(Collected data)
######

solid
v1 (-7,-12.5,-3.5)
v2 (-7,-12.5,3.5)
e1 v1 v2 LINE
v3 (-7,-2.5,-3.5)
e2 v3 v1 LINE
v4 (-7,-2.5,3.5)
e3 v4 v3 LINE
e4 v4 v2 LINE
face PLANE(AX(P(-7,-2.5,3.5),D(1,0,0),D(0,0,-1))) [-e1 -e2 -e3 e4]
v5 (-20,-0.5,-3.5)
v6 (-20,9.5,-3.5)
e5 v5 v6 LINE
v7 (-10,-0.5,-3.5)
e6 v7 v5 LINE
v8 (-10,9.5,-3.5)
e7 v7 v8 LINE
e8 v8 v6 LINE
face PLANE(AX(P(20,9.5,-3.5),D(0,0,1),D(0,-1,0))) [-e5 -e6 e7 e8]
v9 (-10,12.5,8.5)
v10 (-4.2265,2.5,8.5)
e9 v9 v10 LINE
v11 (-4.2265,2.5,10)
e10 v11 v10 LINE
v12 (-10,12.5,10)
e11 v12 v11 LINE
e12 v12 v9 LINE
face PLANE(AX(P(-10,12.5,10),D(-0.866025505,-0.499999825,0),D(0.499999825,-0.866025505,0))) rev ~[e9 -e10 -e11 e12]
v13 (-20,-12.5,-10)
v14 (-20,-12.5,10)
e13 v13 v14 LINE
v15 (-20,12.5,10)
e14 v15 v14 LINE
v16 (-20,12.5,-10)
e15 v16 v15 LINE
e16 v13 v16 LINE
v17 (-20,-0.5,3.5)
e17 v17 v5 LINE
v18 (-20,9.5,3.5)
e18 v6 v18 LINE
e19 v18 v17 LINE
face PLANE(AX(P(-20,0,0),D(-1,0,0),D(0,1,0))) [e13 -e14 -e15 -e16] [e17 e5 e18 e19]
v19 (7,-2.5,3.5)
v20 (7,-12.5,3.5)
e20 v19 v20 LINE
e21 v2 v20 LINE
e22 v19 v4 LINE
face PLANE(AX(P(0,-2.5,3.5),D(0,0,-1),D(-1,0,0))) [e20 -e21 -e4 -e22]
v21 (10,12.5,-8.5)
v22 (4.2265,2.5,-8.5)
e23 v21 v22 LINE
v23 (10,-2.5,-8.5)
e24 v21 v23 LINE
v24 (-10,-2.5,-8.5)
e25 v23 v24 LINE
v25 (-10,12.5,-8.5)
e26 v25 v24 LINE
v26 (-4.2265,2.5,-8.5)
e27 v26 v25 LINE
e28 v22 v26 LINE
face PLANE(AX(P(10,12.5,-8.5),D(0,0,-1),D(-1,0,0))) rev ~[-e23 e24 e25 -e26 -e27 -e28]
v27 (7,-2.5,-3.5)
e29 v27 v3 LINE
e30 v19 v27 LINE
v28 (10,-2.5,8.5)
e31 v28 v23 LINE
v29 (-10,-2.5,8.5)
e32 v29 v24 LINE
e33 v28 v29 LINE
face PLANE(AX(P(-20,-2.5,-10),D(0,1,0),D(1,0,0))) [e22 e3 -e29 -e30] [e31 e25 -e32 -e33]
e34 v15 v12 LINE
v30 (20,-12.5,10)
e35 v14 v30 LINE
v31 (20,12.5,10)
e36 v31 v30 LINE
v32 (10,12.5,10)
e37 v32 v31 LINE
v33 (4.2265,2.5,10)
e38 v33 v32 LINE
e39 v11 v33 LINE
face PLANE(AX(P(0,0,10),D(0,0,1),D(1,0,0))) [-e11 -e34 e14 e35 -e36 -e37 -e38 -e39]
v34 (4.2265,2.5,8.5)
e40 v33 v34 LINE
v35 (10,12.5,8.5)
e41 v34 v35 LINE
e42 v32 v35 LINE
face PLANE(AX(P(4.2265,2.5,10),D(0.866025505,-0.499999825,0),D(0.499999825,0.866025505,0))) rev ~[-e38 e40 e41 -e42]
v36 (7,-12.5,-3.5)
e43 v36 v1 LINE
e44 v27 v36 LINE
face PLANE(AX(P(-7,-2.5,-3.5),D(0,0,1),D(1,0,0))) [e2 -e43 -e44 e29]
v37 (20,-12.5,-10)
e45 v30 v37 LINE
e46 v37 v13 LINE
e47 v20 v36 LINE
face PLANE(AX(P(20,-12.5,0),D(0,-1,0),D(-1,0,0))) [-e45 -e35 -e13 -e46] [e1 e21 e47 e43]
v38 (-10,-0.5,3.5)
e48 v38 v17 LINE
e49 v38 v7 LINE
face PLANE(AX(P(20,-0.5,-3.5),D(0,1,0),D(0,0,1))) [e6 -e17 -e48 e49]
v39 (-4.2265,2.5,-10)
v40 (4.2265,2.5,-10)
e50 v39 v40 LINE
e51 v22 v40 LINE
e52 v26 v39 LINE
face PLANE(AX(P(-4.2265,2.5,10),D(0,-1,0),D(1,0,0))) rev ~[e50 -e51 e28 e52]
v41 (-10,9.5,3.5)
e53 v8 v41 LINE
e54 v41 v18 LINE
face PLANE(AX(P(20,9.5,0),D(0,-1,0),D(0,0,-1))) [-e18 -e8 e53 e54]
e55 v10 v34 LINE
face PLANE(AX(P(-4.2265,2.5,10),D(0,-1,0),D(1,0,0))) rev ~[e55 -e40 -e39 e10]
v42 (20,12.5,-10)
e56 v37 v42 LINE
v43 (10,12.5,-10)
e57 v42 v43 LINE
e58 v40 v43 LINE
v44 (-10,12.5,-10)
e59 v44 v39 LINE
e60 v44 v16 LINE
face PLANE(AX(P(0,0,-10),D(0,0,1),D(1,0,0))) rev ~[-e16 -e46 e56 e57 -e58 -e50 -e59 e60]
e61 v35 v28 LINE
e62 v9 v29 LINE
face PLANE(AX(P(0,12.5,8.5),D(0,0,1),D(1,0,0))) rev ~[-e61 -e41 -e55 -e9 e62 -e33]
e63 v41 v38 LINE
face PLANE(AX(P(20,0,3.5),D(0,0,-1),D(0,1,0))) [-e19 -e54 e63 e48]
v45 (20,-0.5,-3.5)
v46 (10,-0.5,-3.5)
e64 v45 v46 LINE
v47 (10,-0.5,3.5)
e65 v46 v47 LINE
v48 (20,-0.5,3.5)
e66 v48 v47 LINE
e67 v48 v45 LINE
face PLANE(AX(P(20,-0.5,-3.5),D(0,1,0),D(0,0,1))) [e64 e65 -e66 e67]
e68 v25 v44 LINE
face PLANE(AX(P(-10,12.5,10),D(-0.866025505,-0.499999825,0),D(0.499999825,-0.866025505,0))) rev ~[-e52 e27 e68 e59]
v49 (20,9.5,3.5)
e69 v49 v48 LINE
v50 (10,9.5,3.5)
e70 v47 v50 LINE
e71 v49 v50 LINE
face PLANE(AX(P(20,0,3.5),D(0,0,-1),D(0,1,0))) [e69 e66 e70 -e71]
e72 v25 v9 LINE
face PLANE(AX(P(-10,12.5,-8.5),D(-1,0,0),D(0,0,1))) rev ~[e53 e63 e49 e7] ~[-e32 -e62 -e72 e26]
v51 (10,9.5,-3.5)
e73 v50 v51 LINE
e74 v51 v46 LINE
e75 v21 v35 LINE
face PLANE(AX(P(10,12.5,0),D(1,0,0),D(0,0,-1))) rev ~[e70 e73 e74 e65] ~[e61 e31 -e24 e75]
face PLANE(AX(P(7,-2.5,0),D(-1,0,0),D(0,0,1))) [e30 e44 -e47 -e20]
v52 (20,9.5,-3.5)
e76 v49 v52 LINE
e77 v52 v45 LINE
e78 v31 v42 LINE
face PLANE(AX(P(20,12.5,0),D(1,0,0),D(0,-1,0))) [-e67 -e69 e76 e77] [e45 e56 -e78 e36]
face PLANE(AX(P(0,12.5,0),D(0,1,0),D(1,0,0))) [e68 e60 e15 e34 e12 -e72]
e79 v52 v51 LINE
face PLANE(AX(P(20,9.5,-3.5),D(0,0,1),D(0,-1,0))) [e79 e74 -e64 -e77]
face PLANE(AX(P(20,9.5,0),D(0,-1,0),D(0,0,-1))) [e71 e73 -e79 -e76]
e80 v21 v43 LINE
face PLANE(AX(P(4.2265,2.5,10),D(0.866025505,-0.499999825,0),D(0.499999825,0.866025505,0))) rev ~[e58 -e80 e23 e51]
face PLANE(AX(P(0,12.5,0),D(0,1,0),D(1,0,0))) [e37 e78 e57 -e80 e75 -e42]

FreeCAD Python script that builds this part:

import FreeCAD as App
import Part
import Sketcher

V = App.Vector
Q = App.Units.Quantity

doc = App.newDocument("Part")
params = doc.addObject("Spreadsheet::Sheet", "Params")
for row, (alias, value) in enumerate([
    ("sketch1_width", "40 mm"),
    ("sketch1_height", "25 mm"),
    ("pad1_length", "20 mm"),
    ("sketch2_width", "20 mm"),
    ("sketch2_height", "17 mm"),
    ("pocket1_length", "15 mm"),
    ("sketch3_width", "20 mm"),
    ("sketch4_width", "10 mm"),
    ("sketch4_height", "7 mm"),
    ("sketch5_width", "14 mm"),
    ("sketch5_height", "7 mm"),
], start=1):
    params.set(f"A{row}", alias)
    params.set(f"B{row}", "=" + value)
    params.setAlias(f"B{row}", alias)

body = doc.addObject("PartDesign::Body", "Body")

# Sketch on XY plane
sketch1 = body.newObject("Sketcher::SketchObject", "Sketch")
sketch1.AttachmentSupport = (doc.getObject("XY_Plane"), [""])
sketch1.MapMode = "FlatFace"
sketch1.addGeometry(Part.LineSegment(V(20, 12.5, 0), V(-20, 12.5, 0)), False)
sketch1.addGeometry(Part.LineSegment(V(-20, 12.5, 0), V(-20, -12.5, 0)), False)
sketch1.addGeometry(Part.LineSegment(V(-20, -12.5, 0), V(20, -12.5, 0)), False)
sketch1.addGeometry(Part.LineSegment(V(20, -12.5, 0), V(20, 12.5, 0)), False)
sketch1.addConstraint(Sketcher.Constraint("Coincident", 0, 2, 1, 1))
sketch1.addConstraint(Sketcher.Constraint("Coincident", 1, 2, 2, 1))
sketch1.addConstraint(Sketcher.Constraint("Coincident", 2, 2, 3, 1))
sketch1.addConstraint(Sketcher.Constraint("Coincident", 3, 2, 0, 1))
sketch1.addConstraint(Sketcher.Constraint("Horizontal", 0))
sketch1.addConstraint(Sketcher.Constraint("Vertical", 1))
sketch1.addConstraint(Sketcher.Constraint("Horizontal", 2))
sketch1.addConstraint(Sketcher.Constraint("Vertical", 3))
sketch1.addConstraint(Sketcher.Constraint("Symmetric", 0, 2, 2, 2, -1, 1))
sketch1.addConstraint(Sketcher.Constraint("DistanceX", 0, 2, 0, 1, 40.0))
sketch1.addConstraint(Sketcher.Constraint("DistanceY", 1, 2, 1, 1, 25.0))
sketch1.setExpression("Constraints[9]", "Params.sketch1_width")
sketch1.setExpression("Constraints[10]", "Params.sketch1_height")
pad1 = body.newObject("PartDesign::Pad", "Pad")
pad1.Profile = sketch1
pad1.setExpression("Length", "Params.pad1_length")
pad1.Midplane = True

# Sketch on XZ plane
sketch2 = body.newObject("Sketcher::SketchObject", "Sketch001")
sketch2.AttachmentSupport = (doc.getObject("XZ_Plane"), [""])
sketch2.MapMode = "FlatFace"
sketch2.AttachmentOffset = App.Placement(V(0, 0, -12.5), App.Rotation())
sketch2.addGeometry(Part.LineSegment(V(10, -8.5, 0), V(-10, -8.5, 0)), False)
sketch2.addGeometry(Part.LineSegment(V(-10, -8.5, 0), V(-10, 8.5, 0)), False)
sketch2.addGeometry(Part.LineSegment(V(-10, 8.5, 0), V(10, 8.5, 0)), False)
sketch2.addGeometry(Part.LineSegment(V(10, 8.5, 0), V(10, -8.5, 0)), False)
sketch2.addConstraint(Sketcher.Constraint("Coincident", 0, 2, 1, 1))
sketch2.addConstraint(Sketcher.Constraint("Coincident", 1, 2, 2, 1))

######

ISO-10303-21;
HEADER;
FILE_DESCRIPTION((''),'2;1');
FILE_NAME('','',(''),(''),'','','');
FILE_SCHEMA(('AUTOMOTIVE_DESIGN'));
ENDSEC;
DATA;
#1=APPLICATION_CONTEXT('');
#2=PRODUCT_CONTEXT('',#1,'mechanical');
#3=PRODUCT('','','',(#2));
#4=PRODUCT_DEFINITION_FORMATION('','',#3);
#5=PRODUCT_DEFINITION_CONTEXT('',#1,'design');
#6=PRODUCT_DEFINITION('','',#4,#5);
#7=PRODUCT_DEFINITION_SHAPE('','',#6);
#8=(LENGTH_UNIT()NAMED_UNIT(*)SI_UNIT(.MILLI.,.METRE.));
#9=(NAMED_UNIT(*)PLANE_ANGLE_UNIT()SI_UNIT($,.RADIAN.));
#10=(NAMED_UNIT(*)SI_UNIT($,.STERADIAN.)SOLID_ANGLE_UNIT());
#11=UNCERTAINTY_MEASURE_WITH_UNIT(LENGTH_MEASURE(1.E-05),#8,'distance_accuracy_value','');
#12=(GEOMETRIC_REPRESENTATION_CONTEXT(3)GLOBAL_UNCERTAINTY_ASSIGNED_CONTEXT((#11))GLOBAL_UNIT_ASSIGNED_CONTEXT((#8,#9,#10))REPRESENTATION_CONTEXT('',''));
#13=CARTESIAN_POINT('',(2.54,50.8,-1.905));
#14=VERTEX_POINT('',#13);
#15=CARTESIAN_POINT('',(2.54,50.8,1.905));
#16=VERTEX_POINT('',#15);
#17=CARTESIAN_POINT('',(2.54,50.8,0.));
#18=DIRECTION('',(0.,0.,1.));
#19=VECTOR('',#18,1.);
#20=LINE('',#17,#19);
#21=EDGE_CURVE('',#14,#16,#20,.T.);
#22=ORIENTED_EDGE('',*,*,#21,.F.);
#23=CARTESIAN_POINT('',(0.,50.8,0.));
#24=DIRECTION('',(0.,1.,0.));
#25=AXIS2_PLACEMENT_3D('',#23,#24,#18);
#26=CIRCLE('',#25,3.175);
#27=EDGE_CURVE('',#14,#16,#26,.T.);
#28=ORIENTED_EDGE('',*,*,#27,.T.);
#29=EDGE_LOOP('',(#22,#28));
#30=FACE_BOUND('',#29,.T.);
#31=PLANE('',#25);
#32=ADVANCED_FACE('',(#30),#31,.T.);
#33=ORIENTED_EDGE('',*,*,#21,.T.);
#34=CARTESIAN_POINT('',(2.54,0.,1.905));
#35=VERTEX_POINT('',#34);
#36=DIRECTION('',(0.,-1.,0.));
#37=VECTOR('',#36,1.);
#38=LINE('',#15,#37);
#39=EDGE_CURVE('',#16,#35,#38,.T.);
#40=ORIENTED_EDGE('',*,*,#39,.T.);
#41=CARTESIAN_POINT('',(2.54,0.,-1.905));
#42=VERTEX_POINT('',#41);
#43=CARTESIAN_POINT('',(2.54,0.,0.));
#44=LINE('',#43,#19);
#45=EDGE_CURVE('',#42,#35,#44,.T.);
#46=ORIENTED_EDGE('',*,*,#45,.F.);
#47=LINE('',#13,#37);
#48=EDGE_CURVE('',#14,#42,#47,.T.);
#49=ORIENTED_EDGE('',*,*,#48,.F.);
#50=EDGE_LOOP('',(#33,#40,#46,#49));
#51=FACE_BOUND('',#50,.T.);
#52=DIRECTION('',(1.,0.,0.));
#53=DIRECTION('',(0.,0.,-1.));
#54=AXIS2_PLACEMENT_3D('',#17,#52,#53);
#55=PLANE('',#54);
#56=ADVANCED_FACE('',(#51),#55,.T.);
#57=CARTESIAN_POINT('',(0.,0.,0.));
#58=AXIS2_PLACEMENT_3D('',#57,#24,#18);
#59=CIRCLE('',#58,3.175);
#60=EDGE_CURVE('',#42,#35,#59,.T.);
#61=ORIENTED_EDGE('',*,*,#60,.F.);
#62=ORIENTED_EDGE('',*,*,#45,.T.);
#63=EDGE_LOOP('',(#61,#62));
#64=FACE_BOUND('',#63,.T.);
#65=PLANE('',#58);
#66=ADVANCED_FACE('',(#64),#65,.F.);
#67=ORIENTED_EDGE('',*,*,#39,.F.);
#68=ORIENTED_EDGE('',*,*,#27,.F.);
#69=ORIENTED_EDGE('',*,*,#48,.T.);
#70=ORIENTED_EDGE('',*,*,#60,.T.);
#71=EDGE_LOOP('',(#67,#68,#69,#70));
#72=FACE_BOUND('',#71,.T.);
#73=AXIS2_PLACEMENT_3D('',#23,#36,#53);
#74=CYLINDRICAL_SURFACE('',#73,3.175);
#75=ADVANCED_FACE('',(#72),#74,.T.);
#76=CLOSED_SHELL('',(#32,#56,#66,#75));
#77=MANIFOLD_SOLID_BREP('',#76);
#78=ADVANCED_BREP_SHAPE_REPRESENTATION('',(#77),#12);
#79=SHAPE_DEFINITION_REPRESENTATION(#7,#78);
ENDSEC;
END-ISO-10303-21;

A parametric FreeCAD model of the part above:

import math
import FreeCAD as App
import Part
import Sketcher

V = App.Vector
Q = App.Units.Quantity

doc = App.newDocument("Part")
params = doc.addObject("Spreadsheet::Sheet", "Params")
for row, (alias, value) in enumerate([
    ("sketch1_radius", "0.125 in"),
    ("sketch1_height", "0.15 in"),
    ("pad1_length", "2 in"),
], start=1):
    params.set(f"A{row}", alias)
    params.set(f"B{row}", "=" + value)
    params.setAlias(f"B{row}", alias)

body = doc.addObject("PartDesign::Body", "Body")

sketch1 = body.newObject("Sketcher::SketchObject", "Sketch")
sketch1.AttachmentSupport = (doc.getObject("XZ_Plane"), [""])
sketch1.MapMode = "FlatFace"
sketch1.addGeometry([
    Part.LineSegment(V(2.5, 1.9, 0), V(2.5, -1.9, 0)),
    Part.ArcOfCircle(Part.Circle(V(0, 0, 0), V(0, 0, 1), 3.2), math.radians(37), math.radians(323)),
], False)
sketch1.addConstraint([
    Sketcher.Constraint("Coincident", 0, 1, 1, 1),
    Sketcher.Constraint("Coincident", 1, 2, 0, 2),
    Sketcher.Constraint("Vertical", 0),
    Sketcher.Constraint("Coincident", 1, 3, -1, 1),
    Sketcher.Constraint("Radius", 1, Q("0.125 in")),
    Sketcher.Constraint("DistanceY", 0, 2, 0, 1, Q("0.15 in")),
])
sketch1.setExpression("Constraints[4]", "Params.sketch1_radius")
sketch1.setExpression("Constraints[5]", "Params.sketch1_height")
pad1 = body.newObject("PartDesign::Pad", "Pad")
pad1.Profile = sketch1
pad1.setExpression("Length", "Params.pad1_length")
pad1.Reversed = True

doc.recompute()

######

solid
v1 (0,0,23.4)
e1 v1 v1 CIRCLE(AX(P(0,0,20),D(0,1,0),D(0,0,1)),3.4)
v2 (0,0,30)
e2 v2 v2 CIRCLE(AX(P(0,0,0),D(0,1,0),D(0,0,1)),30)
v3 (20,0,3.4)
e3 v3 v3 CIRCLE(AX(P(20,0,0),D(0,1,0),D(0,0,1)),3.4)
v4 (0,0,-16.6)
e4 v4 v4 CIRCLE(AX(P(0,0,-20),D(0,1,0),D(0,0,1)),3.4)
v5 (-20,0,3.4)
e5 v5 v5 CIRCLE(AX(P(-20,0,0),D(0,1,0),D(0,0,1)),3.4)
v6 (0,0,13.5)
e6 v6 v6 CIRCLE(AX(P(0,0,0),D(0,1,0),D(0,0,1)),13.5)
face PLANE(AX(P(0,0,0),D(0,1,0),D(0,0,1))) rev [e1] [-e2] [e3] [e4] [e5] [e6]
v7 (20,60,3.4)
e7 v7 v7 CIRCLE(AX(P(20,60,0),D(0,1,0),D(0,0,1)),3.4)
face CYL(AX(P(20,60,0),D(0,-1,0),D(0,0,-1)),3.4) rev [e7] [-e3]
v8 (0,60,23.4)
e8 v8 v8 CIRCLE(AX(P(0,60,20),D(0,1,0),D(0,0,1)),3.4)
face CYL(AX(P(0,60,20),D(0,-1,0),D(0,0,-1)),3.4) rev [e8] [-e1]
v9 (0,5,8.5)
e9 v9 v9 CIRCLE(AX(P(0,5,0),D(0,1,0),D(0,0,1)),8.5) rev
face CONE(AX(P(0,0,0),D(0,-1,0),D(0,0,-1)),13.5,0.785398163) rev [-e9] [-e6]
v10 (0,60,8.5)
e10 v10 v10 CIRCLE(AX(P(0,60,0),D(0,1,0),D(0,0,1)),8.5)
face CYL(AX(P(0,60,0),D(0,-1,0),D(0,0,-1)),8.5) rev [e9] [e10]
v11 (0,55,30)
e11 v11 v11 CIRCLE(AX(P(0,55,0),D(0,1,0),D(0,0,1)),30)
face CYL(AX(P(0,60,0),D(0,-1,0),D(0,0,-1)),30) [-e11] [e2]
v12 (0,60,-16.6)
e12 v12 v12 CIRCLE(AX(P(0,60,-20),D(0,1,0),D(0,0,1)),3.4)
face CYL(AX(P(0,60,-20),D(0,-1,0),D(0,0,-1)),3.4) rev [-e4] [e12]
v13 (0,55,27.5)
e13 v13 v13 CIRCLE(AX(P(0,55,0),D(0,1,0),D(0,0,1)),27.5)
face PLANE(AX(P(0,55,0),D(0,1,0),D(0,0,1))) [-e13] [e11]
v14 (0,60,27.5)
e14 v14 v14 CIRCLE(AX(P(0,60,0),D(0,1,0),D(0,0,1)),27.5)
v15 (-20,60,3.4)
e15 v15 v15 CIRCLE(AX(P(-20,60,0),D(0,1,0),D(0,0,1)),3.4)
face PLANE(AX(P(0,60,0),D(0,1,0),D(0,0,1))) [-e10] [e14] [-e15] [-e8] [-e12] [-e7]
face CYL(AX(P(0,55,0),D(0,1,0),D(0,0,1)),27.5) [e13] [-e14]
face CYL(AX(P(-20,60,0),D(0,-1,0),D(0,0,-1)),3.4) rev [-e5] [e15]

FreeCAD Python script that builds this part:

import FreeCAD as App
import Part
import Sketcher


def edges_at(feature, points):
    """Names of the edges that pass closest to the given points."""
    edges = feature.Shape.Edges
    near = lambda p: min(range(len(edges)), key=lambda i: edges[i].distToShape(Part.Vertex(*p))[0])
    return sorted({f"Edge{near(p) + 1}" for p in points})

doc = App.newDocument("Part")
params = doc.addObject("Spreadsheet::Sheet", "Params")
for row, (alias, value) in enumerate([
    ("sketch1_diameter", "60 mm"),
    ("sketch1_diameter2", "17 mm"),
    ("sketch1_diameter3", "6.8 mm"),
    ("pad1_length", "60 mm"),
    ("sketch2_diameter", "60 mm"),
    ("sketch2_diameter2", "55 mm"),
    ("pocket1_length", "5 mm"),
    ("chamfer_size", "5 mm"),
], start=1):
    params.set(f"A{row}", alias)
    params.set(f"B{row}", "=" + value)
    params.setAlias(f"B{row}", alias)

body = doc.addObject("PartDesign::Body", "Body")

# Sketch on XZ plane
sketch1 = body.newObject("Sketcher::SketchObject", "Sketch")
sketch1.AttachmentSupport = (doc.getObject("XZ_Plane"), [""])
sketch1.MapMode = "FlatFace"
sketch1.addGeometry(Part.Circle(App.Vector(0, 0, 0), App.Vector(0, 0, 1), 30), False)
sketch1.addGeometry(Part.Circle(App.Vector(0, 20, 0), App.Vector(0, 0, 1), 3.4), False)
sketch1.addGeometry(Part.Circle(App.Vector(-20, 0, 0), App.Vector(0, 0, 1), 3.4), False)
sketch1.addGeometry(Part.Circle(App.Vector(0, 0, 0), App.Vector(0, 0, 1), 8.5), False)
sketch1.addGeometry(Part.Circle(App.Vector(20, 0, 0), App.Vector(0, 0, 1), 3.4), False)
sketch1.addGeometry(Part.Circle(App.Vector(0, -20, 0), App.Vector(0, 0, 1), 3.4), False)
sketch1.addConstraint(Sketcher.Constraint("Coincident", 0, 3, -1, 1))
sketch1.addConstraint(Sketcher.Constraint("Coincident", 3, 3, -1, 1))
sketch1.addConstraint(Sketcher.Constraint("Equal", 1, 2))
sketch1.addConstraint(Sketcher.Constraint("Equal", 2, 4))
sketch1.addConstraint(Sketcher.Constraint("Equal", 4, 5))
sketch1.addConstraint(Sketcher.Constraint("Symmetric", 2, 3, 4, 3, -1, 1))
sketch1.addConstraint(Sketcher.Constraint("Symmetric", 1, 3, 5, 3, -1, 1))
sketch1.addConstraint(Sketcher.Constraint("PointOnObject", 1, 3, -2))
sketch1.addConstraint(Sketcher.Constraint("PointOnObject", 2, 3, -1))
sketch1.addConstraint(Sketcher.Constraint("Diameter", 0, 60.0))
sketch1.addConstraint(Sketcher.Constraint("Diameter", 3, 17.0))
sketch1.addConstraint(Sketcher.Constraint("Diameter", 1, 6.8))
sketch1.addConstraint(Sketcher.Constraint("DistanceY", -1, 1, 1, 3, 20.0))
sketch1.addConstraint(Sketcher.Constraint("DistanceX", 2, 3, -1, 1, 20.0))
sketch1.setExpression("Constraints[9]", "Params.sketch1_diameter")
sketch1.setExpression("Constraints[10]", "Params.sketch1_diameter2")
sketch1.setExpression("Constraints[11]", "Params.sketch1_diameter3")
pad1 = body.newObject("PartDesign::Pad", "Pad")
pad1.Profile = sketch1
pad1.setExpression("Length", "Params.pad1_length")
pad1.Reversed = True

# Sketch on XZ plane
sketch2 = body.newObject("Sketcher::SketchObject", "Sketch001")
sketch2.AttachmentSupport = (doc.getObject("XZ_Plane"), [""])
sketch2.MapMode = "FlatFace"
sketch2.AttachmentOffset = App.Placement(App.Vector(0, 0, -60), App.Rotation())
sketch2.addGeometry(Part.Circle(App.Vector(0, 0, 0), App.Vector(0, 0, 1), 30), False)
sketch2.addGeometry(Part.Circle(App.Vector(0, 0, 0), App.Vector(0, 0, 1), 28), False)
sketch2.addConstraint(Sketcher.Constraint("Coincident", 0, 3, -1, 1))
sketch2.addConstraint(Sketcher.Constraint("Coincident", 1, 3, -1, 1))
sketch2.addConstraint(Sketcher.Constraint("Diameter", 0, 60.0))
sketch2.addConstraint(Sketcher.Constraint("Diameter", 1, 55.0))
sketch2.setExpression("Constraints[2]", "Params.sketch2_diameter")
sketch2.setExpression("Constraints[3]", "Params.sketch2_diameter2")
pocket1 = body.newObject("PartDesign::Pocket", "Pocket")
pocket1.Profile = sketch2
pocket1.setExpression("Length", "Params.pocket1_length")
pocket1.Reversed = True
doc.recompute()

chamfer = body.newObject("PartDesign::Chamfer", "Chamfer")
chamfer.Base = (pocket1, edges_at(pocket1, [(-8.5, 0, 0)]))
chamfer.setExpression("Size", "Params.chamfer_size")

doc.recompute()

######

All that should be written out is the stretch of lines above between the one holding "e1 v1 v2 LINE" and the one holding "e39 v11 v33 LINE", inclusive, exactly as given.

e1 v1 v2 LINE
v3 (-7,-2.5,-3.5)
e2 v3 v1 LINE
v4 (-7,-2.5,3.5)
e3 v4 v3 LINE
e4 v4 v2 LINE
face PLANE(AX(P(-7,-2.5,3.5),D(1,0,0),D(0,0,-1))) [-e1 -e2 -e3 e4]
v5 (-20,-0.5,-3.5)
v6 (-20,9.5,-3.5)
e5 v5 v6 LINE
v7 (-10,-0.5,-3.5)
e6 v7 v5 LINE
v8 (-10,9.5,-3.5)
e7 v7 v8 LINE
e8 v8 v6 LINE
face PLANE(AX(P(20,9.5,-3.5),D(0,0,1),D(0,-1,0))) [-e5 -e6 e7 e8]
v9 (-10,12.5,8.5)
v10 (-4.2265,2.5,8.5)
e9 v9 v10 LINE
v11 (-4.2265,2.5,10)
e10 v11 v10 LINE
v12 (-10,12.5,10)
e11 v12 v11 LINE
e12 v12 v9 LINE
face PLANE(AX(P(-10,12.5,10),D(-0.866025505,-0.499999825,0),D(0.499999825,-0.866025505,0))) rev ~[e9 -e10 -e11 e12]
v13 (-20,-12.5,-10)
v14 (-20,-12.5,10)
e13 v13 v14 LINE
v15 (-20,12.5,10)
e14 v15 v14 LINE
v16 (-20,12.5,-10)
e15 v16 v15 LINE
e16 v13 v16 LINE
v17 (-20,-0.5,3.5)
e17 v17 v5 LINE
v18 (-20,9.5,3.5)
e18 v6 v18 LINE
e19 v18 v17 LINE
face PLANE(AX(P(-20,0,0),D(-1,0,0),D(0,1,0))) [e13 -e14 -e15 -e16] [e17 e5 e18 e19]
v19 (7,-2.5,3.5)
v20 (7,-12.5,3.5)
e20 v19 v20 LINE
e21 v2 v20 LINE
e22 v19 v4 LINE
face PLANE(AX(P(0,-2.5,3.5),D(0,0,-1),D(-1,0,0))) [e20 -e21 -e4 -e22]
v21 (10,12.5,-8.5)
v22 (4.2265,2.5,-8.5)
e23 v21 v22 LINE
v23 (10,-2.5,-8.5)
e24 v21 v23 LINE
v24 (-10,-2.5,-8.5)
e25 v23 v24 LINE
v25 (-10,12.5,-8.5)
e26 v25 v24 LINE
v26 (-4.2265,2.5,-8.5)
e27 v26 v25 LINE
e28 v22 v26 LINE
face PLANE(AX(P(10,12.5,-8.5),D(0,0,-1),D(-1,0,0))) rev ~[-e23 e24 e25 -e26 -e27 -e28]
v27 (7,-2.5,-3.5)
e29 v27 v3 LINE
e30 v19 v27 LINE
v28 (10,-2.5,8.5)
e31 v28 v23 LINE
v29 (-10,-2.5,8.5)
e32 v29 v24 LINE
e33 v28 v29 LINE
face PLANE(AX(P(-20,-2.5,-10),D(0,1,0),D(1,0,0))) [e22 e3 -e29 -e30] [e31 e25 -e32 -e33]
e34 v15 v12 LINE
v30 (20,-12.5,10)
e35 v14 v30 LINE
v31 (20,12.5,10)
e36 v31 v30 LINE
v32 (10,12.5,10)
e37 v32 v31 LINE
v33 (4.2265,2.5,10)
e38 v33 v32 LINE
e39 v11 v33 LINE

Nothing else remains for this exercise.